PhD Defence Mr Yaseen Taha Mustafa

Department of Earth Observation Science

Title of defence

Improving Forest Growth Estimation: Bayesian networks for integrating satellite images and process-based forest growth models

Summary

Carbon sequestration through forestry has the potential to play a significant role in ameliorating global environmental problems such as atmospheric accumulation of greenhouse gases (GHG) and climate change. Estimating the contribution of forests to carbon sequestration is commonly done by applying process-based forest growth models, such as the Physiological Principles Predicting Growth (3-PG) model. Output of such a model, however, suffers from uncertainties and requires a close attention of their inputs. Moreover, with the development of modern satellite remote sensing imagery, Moderate Resolution Imaging Spectroradiometer (MODIS) sensor also monitors the forest and its growth. Satellite images provide extensive data of forests with a large spatial coverage. These data, however, are not free of uncertainties and are often not available. To address the reduced uncertainty and limited data availability, this thesis presents an approach which has been constructed using graphical statistical models, in particular Bayesian networks. This approach was applied to the Speulderbos forest in The Netherlands, where detailed data were available. In order to explore and solve the issues and requirements of this approach, five studies were carried out in this thesis.

First, a Gaussian Bayesian network (GBN) was used to address the bias in a process-based forest growth model and the noise within satellite images. A novel inference strategy within the GBN was developed to take care of the different structures of the inaccuracies in the two data sources. The obtained outputs with the GBN were more accurate than either the 3-PG model or the MODIS estimate. Hence, the GBN improved the estimation of the forest growth estimates values by integrating a 3-PG model with MODIS imagery.
 

The Gaussian Bayesian network for ith iterations, i ≥1, every triple nodes LAIMi; LAIBNi and LAI3PGi indicates the network at time i and refer to MODIS LAI, GBN, and 3-PG mode, respectively.

Second, the performance of GBN modeling for improving forest growth estimates was evaluated. This was done by considering the quality of GBN output and relationships among GBN variables, in order to determine the reliability, the applicability and the robustness of the GBN. For that purpose, both evidence propagation, and a sensitivity analysis of the input sources, i.e. the 3-PG model output and MODIS observations were addressed. In the context of this study, a thorough assessment of the sensitivity of the proposed GBN aimed to achieve a better understanding of the potential of GBNs in modeling forest growth, and in particular to estimate the relevance of the GBN input parameters and the required level of precision needed to provide accurate estimates of forest growth estimates. Evidence propagation by means of the 3-PG model improved the GBN output, showing that its relative error with respect to the field data decreased by 2.0%. This improvement is stronger than propagating the same evidence through MODIS images as the relative error of GBN output increased by 4.5%. It was also found that a GBN is more sensitive to the variation of satellite estimates than to variation in forest growth model output. 

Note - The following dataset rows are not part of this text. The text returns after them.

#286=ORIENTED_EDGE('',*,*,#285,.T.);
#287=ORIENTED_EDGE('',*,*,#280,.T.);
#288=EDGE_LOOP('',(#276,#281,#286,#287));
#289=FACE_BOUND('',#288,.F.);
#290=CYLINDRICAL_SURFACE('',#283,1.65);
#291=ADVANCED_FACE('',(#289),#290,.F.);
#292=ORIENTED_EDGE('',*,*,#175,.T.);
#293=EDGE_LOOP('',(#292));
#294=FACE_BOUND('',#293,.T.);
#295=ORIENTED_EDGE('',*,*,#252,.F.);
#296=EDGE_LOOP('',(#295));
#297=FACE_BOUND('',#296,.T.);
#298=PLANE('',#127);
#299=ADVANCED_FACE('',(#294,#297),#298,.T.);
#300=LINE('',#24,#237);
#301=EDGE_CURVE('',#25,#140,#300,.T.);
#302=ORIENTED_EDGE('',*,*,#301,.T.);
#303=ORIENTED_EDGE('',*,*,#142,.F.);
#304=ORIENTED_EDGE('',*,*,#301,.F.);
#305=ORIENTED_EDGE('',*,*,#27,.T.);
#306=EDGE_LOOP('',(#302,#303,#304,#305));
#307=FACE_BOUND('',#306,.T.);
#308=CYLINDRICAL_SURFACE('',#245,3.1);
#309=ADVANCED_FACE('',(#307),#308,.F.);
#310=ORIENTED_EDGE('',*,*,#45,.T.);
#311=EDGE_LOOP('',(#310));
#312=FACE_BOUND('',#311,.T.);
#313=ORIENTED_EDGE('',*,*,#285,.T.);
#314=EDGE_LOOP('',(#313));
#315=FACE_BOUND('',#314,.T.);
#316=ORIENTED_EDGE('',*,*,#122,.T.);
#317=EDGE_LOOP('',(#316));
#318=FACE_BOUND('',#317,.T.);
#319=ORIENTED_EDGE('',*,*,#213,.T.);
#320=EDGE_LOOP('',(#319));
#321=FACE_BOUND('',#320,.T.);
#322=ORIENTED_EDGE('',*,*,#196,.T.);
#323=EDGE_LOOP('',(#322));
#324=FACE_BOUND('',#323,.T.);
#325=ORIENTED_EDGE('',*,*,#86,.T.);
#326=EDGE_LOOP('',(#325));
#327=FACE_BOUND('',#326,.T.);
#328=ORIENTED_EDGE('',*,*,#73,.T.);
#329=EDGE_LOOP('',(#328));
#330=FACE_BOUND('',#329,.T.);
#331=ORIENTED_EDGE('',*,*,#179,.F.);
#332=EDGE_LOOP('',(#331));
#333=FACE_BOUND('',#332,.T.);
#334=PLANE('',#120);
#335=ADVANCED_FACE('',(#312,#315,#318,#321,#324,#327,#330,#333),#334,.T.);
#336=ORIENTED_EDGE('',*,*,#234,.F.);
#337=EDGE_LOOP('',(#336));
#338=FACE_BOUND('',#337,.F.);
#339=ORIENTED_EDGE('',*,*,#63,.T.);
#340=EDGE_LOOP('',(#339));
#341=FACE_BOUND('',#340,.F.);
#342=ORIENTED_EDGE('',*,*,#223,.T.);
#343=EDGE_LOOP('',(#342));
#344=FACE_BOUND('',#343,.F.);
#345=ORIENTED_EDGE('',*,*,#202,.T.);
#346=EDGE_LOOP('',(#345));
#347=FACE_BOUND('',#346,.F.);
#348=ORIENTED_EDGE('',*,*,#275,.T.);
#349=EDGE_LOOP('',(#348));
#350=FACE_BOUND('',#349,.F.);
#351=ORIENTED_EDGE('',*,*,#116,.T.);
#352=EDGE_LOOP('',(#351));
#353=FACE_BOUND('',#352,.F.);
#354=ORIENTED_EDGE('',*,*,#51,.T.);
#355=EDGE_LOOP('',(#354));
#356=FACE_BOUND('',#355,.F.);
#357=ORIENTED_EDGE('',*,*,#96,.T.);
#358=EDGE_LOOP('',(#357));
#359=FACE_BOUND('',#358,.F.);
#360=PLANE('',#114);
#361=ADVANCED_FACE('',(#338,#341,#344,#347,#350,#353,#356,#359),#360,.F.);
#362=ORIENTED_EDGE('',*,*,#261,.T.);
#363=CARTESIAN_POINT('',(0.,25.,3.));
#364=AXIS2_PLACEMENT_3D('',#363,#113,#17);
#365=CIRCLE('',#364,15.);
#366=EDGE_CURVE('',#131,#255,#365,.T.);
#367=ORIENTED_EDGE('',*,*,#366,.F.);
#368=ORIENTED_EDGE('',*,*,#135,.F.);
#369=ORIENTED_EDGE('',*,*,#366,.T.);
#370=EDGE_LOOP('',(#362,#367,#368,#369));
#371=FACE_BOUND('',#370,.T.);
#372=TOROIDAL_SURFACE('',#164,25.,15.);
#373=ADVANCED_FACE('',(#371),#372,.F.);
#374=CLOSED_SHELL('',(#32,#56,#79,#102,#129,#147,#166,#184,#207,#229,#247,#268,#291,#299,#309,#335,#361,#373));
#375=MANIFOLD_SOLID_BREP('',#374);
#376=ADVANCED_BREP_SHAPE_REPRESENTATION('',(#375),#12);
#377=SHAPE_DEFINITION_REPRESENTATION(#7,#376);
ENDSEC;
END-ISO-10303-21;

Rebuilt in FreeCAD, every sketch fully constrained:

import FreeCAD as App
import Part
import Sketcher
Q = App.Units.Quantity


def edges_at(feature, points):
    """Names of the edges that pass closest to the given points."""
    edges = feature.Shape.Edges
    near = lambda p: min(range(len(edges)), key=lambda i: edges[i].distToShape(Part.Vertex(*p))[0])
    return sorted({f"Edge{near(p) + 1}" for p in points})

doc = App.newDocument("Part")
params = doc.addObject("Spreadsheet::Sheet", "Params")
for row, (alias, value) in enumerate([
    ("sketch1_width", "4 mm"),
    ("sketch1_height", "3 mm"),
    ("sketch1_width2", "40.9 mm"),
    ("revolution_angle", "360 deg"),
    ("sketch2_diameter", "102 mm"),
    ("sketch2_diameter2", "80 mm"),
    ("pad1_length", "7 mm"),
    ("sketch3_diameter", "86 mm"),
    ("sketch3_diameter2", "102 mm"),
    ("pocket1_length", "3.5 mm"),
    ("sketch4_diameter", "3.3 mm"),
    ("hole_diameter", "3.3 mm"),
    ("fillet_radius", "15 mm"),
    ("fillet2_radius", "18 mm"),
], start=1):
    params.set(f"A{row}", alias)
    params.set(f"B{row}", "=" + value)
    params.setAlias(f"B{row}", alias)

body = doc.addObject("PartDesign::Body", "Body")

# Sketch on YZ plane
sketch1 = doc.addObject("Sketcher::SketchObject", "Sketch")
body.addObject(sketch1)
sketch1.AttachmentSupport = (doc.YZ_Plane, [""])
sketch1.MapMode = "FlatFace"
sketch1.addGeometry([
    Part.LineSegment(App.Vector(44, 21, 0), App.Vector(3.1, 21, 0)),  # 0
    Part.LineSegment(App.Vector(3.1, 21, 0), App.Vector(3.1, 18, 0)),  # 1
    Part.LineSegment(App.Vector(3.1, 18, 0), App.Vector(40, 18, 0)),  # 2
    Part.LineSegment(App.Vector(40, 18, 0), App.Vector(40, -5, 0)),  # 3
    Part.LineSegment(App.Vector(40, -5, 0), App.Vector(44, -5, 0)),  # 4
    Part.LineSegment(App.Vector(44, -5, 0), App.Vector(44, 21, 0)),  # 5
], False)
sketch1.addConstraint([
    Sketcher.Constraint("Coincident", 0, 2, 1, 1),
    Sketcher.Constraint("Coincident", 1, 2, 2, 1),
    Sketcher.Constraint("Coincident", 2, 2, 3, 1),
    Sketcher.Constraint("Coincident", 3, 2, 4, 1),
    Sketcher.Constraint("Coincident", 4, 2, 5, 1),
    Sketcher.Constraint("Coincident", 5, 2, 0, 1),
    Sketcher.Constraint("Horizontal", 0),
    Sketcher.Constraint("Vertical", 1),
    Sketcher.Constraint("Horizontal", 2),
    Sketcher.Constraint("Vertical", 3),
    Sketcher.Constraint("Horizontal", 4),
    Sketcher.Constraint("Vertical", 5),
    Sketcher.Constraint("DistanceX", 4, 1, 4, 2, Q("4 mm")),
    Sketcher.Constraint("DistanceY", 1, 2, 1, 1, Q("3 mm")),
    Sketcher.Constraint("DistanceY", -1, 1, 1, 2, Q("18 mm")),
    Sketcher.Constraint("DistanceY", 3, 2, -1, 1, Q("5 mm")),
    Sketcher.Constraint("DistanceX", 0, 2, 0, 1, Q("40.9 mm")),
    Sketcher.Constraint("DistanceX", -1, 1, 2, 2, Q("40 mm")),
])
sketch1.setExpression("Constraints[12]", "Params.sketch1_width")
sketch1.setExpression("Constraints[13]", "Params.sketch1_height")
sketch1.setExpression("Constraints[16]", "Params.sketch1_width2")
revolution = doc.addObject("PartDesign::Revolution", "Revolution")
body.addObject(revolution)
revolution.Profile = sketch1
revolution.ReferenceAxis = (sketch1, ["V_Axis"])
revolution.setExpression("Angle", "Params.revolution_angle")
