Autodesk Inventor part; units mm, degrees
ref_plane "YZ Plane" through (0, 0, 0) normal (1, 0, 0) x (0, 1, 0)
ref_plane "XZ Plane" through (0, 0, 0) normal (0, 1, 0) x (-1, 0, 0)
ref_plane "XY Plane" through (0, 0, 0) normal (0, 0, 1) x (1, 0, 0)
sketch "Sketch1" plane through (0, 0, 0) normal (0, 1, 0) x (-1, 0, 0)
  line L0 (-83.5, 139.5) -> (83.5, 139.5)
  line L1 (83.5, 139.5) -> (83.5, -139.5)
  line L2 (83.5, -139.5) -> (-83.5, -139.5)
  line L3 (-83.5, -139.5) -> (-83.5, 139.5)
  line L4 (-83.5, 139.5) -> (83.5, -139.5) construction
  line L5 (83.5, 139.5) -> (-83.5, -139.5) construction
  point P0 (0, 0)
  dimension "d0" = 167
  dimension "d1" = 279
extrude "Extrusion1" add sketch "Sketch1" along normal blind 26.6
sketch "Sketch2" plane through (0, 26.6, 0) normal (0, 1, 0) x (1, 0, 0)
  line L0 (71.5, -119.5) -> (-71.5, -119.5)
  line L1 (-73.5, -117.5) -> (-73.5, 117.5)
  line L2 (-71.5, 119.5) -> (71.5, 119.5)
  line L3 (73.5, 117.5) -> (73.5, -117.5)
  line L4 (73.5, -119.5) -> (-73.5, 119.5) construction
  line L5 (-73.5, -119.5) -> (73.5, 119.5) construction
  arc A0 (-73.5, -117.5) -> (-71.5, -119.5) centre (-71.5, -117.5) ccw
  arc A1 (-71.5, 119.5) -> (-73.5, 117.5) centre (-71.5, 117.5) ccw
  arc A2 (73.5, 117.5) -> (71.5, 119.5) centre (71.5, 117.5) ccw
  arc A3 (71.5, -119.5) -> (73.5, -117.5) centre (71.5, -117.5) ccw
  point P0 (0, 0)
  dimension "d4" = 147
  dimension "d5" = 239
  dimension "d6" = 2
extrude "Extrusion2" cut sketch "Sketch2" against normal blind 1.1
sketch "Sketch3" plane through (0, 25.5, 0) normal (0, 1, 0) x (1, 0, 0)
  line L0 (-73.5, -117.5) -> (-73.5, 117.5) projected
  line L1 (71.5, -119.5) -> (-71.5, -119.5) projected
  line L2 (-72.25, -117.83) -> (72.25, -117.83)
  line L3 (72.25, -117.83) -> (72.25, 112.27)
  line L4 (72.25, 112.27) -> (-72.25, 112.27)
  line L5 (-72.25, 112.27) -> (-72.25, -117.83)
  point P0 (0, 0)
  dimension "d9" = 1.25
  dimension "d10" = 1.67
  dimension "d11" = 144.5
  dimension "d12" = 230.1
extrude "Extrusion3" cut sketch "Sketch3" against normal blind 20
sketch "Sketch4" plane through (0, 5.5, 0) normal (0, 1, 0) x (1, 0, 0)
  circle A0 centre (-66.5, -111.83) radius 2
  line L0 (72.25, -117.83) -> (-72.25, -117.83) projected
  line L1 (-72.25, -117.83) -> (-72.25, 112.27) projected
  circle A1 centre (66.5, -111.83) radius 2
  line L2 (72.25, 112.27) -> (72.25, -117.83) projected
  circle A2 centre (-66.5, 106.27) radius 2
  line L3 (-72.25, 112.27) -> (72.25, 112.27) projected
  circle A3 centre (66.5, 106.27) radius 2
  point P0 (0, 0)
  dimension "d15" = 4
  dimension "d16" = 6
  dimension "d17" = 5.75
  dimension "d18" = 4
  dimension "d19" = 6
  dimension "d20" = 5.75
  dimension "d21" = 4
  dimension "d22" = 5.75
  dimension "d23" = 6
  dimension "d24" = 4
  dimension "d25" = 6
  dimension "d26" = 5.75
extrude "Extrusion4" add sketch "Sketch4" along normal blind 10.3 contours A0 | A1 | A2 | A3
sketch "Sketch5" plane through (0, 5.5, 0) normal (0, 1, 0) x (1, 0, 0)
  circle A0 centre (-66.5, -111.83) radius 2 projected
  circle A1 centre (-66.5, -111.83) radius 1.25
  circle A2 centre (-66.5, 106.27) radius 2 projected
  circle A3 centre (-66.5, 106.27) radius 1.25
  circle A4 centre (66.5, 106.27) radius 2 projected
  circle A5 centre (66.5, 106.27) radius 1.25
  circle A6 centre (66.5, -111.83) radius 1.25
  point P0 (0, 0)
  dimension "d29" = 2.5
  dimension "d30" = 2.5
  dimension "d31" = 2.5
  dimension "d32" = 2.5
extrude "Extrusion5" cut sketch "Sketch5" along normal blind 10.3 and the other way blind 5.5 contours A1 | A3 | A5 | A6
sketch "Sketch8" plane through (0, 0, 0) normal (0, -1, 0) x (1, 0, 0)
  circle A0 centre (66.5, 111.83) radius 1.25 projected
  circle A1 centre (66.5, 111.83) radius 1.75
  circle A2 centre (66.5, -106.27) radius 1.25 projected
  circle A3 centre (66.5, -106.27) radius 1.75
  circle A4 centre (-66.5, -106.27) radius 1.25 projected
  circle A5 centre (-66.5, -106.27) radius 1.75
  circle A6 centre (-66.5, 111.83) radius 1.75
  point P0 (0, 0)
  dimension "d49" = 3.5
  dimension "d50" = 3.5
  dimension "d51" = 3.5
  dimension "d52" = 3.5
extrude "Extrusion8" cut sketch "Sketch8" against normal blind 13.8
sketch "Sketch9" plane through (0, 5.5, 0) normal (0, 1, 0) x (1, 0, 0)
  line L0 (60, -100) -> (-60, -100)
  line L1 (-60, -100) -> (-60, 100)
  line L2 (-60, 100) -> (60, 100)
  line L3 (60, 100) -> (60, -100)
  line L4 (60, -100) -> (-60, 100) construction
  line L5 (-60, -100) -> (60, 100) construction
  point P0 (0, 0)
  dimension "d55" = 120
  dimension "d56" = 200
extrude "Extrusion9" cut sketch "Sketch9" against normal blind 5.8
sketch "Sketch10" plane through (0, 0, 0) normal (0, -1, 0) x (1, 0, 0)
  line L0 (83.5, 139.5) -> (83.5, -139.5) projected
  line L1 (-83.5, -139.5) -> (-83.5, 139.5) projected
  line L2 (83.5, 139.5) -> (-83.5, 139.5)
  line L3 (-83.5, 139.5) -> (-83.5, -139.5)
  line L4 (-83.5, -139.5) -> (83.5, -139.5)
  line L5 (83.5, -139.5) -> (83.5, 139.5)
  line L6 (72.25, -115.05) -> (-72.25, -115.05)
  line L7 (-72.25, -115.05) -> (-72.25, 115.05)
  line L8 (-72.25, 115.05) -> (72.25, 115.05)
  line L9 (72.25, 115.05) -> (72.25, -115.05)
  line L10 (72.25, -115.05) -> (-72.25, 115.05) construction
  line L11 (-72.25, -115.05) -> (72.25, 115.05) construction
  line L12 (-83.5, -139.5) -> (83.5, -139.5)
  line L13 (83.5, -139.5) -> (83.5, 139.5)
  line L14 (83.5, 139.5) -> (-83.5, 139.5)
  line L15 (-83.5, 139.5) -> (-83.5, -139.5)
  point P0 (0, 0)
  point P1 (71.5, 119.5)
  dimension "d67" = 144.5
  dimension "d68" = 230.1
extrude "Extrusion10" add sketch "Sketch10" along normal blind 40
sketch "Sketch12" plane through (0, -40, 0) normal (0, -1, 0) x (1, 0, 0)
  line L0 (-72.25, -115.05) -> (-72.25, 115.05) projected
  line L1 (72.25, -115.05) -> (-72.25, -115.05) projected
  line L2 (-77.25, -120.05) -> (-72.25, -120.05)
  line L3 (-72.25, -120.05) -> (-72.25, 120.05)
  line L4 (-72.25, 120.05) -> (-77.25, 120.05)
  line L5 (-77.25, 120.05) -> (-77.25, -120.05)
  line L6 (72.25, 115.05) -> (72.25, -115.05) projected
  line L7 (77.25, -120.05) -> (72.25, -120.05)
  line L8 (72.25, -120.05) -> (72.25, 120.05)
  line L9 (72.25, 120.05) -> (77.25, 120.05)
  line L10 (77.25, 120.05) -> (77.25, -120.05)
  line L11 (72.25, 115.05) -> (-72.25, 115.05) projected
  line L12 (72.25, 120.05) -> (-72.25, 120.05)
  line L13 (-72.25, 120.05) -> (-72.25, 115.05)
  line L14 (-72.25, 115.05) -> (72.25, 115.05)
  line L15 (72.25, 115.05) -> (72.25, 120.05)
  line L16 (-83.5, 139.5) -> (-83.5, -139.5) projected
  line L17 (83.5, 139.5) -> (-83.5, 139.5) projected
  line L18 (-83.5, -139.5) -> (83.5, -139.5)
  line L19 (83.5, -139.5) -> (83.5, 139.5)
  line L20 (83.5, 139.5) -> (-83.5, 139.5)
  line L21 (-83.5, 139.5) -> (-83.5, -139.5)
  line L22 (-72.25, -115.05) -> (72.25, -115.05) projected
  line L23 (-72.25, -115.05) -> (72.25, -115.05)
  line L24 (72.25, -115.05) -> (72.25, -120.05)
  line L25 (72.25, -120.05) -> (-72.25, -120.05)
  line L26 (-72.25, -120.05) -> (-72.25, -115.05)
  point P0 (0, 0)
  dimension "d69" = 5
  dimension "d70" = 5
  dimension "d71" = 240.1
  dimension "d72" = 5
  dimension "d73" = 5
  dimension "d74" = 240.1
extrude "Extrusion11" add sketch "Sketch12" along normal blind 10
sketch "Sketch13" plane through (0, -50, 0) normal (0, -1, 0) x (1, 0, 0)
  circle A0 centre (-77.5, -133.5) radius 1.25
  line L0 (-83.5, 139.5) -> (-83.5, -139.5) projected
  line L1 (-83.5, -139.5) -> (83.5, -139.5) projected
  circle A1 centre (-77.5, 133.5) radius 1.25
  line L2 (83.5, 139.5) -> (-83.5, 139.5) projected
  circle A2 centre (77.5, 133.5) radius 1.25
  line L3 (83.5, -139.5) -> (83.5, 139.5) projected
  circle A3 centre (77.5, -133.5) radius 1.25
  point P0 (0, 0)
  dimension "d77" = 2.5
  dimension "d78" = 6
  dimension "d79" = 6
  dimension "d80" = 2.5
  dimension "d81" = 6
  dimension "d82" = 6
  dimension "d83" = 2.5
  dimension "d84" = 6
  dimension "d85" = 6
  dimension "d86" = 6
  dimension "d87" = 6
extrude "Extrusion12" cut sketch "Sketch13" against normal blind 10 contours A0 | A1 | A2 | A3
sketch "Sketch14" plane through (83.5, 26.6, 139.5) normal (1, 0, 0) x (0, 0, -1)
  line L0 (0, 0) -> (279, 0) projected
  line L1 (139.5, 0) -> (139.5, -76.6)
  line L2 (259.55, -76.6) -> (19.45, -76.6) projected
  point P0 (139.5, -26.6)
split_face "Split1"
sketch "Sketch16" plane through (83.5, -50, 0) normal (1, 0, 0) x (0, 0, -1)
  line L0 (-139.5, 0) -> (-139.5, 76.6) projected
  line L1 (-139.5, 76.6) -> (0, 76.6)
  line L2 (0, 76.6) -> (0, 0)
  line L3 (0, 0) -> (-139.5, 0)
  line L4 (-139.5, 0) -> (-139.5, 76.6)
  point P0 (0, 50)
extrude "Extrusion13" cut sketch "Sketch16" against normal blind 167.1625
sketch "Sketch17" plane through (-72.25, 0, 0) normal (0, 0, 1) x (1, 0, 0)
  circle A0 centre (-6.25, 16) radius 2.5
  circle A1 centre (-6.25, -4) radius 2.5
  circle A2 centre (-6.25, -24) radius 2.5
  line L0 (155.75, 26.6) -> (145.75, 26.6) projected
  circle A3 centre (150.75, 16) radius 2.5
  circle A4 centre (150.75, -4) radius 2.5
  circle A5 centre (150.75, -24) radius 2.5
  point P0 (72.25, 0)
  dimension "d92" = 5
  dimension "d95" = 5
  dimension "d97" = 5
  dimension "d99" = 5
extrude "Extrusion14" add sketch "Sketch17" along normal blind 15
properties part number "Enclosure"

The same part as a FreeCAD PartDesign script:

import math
import FreeCAD as App
import Part
import Sketcher

doc = App.newDocument("Part")
body = doc.addObject("PartDesign::Body", "Body")

# Sketch on XZ plane
sketch1 = body.newObject("Sketcher::SketchObject", "Sketch")
sketch1.AttachmentSupport = (doc.getObject("XZ_Plane"), [""])
sketch1.MapMode = "FlatFace"
sketch1.addGeometry([
    Part.LineSegment(App.Vector(-84, 140, 0), App.Vector(84, 140, 0)),
    Part.LineSegment(App.Vector(84, 140, 0), App.Vector(84, -140, 0)),
    Part.LineSegment(App.Vector(84, -140, 0), App.Vector(-84, -140, 0)),
    Part.LineSegment(App.Vector(-84, -140, 0), App.Vector(-84, 140, 0)),
], False)
sketch1.addConstraint([
    Sketcher.Constraint("Coincident", 0, 2, 1, 1),
    Sketcher.Constraint("Coincident", 1, 2, 2, 1),
    Sketcher.Constraint("Coincident", 2, 2, 3, 1),
    Sketcher.Constraint("Coincident", 3, 2, 0, 1),
    Sketcher.Constraint("Horizontal", 0),
    Sketcher.Constraint("Vertical", 1),
    Sketcher.Constraint("Horizontal", 2),
    Sketcher.Constraint("Vertical", 3),
    Sketcher.Constraint("Symmetric", 0, 2, 2, 2, -1, 1),
    Sketcher.Constraint("DistanceX", 0, 1, 0, 2, 167.0),
    Sketcher.Constraint("DistanceY", 1, 2, 1, 1, 279.0),
])
pad1 = body.newObject("PartDesign::Pad", "Pad")
pad1.Profile = sketch1
pad1.Length = 26.6
pad1.Reversed = True

# Sketch on XZ plane
sketch2 = body.newObject("Sketcher::SketchObject", "Sketch001")
sketch2.AttachmentSupport = (doc.getObject("XZ_Plane"), [""])
sketch2.MapMode = "FlatFace"
sketch2.AttachmentOffset = App.Placement(App.Vector(0, 0, -26.6), App.Rotation())
sketch2.addGeometry([
    Part.LineSegment(App.Vector(-71.5, 119.5, 0), App.Vector(71.5, 119.5, 0)),  # 0
    Part.ArcOfCircle(Part.Circle(App.Vector(71.5, 117.5, 0), App.Vector(0, 0, 1), 2), math.radians(0), math.radians(90)),  # 1
    Part.LineSegment(App.Vector(73.5, 117.5, 0), App.Vector(73.5, -117.5, 0)),  # 2
    Part.ArcOfCircle(Part.Circle(App.Vector(71.5, -117.5, 0), App.Vector(0, 0, 1), 2), math.radians(-90), math.radians(0)),  # 3
    Part.LineSegment(App.Vector(71.5, -119.5, 0), App.Vector(-71.5, -119.5, 0)),  # 4
    Part.ArcOfCircle(Part.Circle(App.Vector(-71.5, -117.5, 0), App.Vector(0, 0, 1), 2), math.radians(180), math.radians(270)),  # 5
    Part.LineSegment(App.Vector(-73.5, -117.5, 0), App.Vector(-73.5, 117.5, 0)),  # 6
    Part.ArcOfCircle(Part.Circle(App.Vector(-71.5, 117.5, 0), App.Vector(0, 0, 1), 2), math.radians(90), math.radians(180)),  # 7
], False)
sketch2.addConstraint([
    Sketcher.Constraint("Tangent", 0, 2, 1, 2),
    Sketcher.Constraint("Tangent", 1, 1, 2, 1),
    Sketcher.Constraint("Tangent", 2, 2, 3, 2),
    Sketcher.Constraint("Tangent", 3, 1, 4, 1),
    Sketcher.Constraint("Tangent", 4, 2, 5, 2),
    Sketcher.Constraint("Tangent", 5, 1, 6, 1),
    Sketcher.Constraint("Tangent", 6, 2, 7, 2),
    Sketcher.Constraint("Tangent", 7, 1, 0, 1),
    Sketcher.Constraint("Horizontal", 0),
    Sketcher.Constraint("Vertical", 2),
    Sketcher.Constraint("Horizontal", 4),
    Sketcher.Constraint("Vertical", 6),
    Sketcher.Constraint("Equal", 1, 3),
    Sketcher.Constraint("Equal", 3, 5),
    Sketcher.Constraint("Equal", 5, 7),
    Sketcher.Constraint("Symmetric", 1, 3, 5, 3, -1, 1),
    Sketcher.Constraint("Radius", 1, 2.0),
    Sketcher.Constraint("DistanceX", 5, 1, 2, 2, 147.0),
    Sketcher.Constraint("DistanceY", 2, 2, 2, 1, 235.0),
])
pocket1 = body.newObject("PartDesign::Pocket", "Pocket")
pocket1.Profile = sketch2
pocket1.Length = 1.1
pocket1.Reversed = True

# Sketch on XZ plane
sketch3 = body.newObject("Sketcher::SketchObject", "Sketch002")
sketch3.AttachmentSupport = (doc.getObject("XZ_Plane"), [""])
sketch3.MapMode = "FlatFace"
sketch3.AttachmentOffset = App.Placement(App.Vector(0, 0, -25.5), App.Rotation())
sketch3.addGeometry([
    Part.LineSegment(App.Vector(-72, -112, 0), App.Vector(-72, 118, 0)),
    Part.LineSegment(App.Vector(-72, 118, 0), App.Vector(72, 118, 0)),
    Part.LineSegment(App.Vector(72, 118, 0), App.Vector(72, -112, 0)),
    Part.LineSegment(App.Vector(72, -112, 0), App.Vector(-72, -112, 0)),
], False)
sketch3.addConstraint([
    Sketcher.Constraint("Coincident", 0, 2, 1, 1),
    Sketcher.Constraint("Coincident", 1, 2, 2, 1),
    Sketcher.Constraint("Coincident", 2, 2, 3, 1),
    Sketcher.Constraint("Coincident", 3, 2, 0, 1),
    Sketcher.Constraint("Vertical", 0),
    Sketcher.Constraint("Horizontal", 1),
    Sketcher.Constraint("Vertical", 2),
    Sketcher.Constraint("Horizontal", 3),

Sensitivity test of the Bayesian network after simultaneously varying theLAI_3PG and LAI_M values.

Third, the performance of GBN modeling for forest growth estimates was investigated and assessed with missing input sources, i.e. satellite data. The satellite time series, however, contained gaps caused by persistent clouds, and cloud contamination. The EM-algorithm was formulated and integrated within a GBN to estimate these missing values. During a period of 26 successive months, the EM-algorithm was applied by making synthetic gaps at four different cases: successively and not successively missing values during two different winter seasons, successively and not successively missing values during one spring season, and not successively missing values during the full study time. The estimated values well represented the original values where the maximum value of the averaged absolute error between the original values and those estimated was equal 0.16. Moreover, the root mean square error of the GBN output reduced from 1.57 to 1.49.

Fourth, GBN modeling for forest growth estimates with the EM-algorithm was applied to real gaps of satellite data. The Advanced Spaceborne Thermal Emission and Reflection Radiometer (ASTER) sensor was used as input source into the GBN. Moreover, the GBN was modified to improve forest growth estimates that show variation in space. The GBN output was more accurate than the 3-PG estimate, as the root mean square error reduced to 0.46, and the relative error to 5.86%. Moreover, the deviation of the averaged output of spatial GBN and field data was less than the deviation between the averaged output of the 3-PG and field data.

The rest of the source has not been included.